- Born: 1975 (age 50–51)

Academic background
- Alma mater: Paderborn University (PhD)
- Thesis: Sinn und Gedächtnis: die Zeitlichkeit des Sinns und die Figuren ihrer Reflexion (2007)

Academic work
- Institutions: University of Potsdam

= Thomas Khurana =

German philosopher (born 1975)

Thomas Khurana (born 1975) is a German philosopher. Since 2020, he has held the position of Chair of Philosophical Anthropology and Philosophy of Mind in the Department of Philosophy at the University of Potsdam. He is also currently the director of the Center for Post-Kantian Philosophy.

==Life==
Thomas Khurana studied psychology, philosophy, sociology, and comparative literature at Bielefeld University and the Free University of Berlin. After receiving a PhD from Paderborn University in 2007, he was an assistant professor at the Department of Philosophy and the scientific coordinator of the doctoral program Forms of Life and the Know How of Living at the University of Potsdam from 2005 to 2009. From 2009 to 2014, he was an assistant professor at the Cluster of Excellence Normative Orders at Goethe University Frankfurt am Main. After holding positions at the University of Leipzig and Goethe University Frankfurt am Main, Khurana joined the School of Philosophy at the University of Essex, where he co-directed an EU project on "The Comedy of Political Philosophy.” From 2017 to 2020, he was a DFG Heisenberg Fellow at the Department of Philosophy at Yale University.

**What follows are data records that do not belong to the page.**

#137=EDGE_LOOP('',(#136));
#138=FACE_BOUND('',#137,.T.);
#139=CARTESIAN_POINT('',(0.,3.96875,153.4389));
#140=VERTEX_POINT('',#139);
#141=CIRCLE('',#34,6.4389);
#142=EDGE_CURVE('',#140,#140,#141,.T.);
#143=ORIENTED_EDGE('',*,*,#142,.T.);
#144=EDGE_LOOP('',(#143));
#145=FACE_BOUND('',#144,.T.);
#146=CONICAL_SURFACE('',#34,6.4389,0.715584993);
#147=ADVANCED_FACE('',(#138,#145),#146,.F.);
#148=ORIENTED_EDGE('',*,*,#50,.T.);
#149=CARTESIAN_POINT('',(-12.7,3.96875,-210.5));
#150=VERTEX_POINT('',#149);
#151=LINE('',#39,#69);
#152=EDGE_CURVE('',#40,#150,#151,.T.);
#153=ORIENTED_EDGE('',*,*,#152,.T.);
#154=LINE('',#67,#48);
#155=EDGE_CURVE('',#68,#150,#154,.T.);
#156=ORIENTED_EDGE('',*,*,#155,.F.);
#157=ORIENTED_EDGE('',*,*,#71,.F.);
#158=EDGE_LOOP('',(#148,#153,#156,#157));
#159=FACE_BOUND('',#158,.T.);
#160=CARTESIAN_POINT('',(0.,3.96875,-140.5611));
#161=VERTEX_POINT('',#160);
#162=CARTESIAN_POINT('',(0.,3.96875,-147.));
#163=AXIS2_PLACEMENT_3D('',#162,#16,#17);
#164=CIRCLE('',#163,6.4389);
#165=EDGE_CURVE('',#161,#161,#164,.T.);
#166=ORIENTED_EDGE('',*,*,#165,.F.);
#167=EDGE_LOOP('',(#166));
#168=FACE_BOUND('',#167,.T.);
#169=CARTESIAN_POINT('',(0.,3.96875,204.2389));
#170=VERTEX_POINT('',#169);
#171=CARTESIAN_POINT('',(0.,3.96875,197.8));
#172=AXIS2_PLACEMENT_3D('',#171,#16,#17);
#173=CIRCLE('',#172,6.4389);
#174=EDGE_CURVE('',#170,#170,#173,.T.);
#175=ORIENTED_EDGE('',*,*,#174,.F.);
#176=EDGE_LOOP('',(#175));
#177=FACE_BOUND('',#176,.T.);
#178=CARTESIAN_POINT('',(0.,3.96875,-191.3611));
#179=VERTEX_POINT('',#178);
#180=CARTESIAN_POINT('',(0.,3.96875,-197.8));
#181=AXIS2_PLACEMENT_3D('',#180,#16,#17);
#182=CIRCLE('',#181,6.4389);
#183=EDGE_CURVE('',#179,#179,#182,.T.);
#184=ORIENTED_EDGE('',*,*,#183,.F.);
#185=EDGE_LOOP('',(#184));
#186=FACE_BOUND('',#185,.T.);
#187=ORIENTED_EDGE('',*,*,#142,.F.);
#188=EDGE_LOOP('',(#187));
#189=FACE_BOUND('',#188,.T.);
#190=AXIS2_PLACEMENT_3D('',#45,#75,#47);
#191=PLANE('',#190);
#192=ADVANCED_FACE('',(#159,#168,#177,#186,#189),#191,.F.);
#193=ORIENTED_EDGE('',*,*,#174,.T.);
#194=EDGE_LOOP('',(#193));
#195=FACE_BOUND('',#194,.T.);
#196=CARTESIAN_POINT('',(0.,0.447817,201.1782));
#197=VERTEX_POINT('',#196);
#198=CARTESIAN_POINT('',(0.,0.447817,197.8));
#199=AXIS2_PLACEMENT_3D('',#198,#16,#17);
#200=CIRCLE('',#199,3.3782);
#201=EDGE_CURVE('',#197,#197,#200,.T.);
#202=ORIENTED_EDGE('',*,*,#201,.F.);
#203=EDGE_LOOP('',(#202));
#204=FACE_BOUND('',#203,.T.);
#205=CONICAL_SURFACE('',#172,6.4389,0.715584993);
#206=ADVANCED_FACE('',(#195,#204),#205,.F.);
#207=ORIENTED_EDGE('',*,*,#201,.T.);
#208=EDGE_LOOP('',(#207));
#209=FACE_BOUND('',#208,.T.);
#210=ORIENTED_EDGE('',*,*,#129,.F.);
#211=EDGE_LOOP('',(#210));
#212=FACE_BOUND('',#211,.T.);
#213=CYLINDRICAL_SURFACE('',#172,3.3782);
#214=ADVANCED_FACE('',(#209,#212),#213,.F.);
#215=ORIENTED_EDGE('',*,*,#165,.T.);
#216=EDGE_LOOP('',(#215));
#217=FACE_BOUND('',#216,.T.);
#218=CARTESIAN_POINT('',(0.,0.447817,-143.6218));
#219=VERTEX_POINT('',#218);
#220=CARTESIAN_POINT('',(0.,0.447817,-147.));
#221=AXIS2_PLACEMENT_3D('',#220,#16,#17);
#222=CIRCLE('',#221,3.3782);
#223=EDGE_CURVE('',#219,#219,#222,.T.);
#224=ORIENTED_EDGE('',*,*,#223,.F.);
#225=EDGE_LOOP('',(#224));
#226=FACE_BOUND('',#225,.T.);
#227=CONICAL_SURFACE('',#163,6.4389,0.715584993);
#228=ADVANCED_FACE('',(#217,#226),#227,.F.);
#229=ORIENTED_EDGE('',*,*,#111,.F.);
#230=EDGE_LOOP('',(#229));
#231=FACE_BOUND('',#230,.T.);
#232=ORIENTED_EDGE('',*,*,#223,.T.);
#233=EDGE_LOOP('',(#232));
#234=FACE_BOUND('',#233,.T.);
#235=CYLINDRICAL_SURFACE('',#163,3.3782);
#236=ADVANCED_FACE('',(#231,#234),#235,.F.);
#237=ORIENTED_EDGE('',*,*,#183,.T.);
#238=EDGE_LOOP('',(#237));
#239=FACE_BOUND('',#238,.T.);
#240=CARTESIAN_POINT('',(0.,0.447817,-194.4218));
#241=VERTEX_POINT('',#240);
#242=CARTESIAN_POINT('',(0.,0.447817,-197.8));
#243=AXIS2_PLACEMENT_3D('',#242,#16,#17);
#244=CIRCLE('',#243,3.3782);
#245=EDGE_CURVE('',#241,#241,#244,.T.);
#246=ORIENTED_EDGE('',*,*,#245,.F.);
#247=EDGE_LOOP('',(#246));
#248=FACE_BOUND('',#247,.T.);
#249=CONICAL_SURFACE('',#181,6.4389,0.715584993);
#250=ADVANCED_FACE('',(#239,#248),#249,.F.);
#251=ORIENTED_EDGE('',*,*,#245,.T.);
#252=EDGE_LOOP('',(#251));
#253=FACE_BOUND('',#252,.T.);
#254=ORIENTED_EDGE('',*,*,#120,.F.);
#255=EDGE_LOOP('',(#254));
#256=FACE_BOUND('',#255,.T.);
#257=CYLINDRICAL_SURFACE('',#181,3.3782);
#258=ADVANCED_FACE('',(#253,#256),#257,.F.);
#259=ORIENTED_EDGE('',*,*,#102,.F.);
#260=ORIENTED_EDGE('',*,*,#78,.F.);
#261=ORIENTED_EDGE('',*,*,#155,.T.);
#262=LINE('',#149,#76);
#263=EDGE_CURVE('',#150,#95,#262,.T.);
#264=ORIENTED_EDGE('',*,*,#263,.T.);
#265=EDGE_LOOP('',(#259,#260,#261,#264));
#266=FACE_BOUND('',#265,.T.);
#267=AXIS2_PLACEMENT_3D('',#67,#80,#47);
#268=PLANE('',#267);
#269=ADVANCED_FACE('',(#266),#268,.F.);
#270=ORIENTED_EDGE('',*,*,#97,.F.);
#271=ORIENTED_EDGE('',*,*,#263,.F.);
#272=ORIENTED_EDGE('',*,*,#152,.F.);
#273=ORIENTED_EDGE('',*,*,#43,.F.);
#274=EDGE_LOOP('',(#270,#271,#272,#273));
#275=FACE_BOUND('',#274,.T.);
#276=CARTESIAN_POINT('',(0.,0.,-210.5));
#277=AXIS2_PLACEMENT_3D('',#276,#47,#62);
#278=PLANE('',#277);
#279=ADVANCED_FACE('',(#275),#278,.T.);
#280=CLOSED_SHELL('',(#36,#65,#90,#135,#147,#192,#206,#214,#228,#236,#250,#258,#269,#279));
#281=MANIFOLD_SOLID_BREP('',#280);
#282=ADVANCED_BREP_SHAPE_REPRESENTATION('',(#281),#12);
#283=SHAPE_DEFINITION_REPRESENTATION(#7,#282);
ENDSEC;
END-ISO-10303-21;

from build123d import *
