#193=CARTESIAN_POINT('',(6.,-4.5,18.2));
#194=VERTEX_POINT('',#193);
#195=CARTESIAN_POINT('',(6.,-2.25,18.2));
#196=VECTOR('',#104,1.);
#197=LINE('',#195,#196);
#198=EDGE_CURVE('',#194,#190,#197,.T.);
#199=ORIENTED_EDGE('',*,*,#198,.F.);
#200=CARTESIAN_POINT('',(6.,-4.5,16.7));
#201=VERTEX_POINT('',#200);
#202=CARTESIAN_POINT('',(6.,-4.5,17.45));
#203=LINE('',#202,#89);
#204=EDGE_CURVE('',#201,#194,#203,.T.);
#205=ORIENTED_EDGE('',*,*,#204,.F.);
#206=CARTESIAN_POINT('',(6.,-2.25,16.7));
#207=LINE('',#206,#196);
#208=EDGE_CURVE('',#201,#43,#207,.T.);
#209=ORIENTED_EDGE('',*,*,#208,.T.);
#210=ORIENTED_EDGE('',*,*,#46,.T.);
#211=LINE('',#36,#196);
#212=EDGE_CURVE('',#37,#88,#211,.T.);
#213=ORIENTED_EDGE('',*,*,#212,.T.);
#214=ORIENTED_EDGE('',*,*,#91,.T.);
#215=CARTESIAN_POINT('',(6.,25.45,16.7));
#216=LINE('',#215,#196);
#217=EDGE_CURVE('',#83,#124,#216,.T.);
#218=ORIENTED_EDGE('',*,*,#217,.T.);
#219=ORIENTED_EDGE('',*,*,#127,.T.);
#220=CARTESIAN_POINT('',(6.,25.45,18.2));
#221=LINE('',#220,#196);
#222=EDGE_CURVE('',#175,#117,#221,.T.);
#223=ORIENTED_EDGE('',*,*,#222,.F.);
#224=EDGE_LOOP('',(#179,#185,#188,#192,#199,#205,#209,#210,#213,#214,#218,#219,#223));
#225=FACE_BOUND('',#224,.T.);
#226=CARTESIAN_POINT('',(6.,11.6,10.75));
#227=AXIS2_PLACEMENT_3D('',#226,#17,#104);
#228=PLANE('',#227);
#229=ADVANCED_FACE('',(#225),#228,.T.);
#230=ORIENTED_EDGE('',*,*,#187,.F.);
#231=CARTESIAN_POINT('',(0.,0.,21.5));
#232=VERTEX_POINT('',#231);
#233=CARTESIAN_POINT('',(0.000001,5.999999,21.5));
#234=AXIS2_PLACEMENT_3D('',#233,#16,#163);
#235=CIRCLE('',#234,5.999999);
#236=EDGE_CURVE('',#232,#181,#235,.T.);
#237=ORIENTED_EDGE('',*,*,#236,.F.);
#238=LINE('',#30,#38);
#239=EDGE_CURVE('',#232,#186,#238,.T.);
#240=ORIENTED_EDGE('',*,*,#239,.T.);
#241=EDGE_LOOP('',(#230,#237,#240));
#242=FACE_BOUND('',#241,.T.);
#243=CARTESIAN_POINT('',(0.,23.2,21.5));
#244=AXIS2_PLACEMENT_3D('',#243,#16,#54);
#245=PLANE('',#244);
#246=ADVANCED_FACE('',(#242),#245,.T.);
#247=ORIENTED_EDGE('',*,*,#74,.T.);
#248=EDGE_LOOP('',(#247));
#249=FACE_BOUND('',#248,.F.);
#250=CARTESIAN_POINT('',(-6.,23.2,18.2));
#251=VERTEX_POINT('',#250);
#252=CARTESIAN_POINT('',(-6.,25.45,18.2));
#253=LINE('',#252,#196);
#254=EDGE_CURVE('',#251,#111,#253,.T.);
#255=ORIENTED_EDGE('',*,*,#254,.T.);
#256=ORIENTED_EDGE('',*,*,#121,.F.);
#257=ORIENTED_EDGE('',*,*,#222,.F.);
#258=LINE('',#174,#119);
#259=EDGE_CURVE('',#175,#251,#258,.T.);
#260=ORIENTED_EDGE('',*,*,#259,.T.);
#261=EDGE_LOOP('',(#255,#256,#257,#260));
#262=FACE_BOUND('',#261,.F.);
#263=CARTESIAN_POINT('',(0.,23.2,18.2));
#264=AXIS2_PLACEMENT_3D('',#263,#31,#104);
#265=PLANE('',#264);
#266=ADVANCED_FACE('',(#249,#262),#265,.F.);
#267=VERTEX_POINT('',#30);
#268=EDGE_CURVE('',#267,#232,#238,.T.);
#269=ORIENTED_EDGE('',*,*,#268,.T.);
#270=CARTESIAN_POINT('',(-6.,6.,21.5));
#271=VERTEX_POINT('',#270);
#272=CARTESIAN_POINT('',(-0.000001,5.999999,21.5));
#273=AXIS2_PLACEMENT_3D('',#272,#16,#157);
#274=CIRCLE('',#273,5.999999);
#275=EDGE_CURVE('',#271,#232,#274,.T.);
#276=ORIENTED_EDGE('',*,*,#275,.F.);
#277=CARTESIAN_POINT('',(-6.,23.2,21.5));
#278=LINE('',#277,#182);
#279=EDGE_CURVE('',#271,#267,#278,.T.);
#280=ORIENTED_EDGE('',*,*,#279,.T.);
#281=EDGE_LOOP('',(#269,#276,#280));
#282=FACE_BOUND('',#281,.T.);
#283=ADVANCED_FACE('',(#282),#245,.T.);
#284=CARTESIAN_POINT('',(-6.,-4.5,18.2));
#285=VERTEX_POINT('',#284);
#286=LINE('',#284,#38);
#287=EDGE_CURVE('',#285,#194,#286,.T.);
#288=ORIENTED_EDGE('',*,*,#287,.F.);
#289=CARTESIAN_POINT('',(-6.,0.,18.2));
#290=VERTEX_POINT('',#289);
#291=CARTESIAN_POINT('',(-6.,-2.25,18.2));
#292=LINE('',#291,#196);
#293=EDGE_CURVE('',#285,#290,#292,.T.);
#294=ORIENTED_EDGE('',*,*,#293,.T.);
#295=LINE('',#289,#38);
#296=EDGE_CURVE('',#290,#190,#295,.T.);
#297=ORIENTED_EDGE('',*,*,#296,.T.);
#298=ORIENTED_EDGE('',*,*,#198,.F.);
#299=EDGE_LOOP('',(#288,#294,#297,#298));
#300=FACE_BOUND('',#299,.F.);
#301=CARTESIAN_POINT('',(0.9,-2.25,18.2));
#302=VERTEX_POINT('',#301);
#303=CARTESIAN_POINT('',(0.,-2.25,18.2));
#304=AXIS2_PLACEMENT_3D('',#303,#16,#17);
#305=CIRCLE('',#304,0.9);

Khurana was also Heuss Visiting Lecturer at the New School for Social Research (2009), Humboldt Fellow at the Committee on Social Thought at the University of Chicago (2010–11), and Max Kade Visiting Professor at Yale University (2021). Khurana is director of the Center for Post-Kantian Philosophy and an Associate of the Research Network Critical Theory in Berlin.

==Research interests==

Khurana characterizes himself as a post-Kantian philosopher “in the double sense that it would be difficult to articulate my questions without using Kantian ways of putting the problem, and equally hard to formulate my responses without going beyond what might seem acceptable for a good Kantian.” His areas of specialization are Kant and Hegel; post-Kantian European philosophy; social philosophy; ethics and aesthetics; philosophical anthropology; critical theory; psychoanalysis. His current research projects concern the art of second nature; self-knowledge and self-objectification; the sociality of the human life-form; the philosophy of the anthropocene.

==Writings (selection)==

Monographs
- Die Dispersion des Unbewussten. Freud – Lacan – Luhmann. Gießen 2002, ISBN 3-89806-124-8. (Reviewed in literaturkritik.de and Neue Züricher Zeitung)
- Sinn und Gedächtnis. Die Zeitlichkeit des Sinns und die Figuren ihrer Reflexion. München 2007, ISBN 3-7705-4519-2. (Reviewed in Deutsche Zeitschrift für Philosophie, Allgemeine Zeitschrift für Philosophie and Philosophische Rundschau)
- Das Leben der Freiheit. Form und Wirklichkeit der Autonomie. Berlin 2017, ISBN 978-3-518-29798-8.(Reviewed in Zeitschrift für philosophische Literatur as well as Universa. Recensioni di filosofia, Deutsche Zeitschrift für Philosophie, Hegel-Studien, and Hegel-Bulletin)
- The Life of Freedom in Kant and Hegel. Cambridge 2026, ISBN 978-1-009-54243-2.

Editions
- Recognition and the Second Person, guest edited special issue of the European Journal of Philosophy 29:3 (2021).
- Negativität: Kunst – Recht – Politik, co-edited with D. Quadflieg, J. Rebentisch, F. Raimondi, D. Setton, Berlin 2018, ISBN 978-3-518-29867-1. (Reviewed in Zeitschrift für philosophische Literatur)
- The Freedom of Life: Hegelian Perspectives (Freiheit und Gesetz III), Berlin 2013, ISBN 978-3-941-36021-1. (Reviewed in Zeitschrift für philosophische Literatur)
- Paradoxien der Autonomie (Freiheit und Gesetz I), co-edited with C. Menke, Berlin 2011; zweite Auflage 2019, ISBN 978-3-941360-10-5.
- Latenz. 40 Annäherungen an einen Begriff, co-edited with S. Diekmann, Berlin 2007, ISBN 3-16-152398-9.
- Recognition: Historical and Philosophical Perspectives, co-edited with M. Congdon, London 2026, ISBN 978-1-032-30491-5.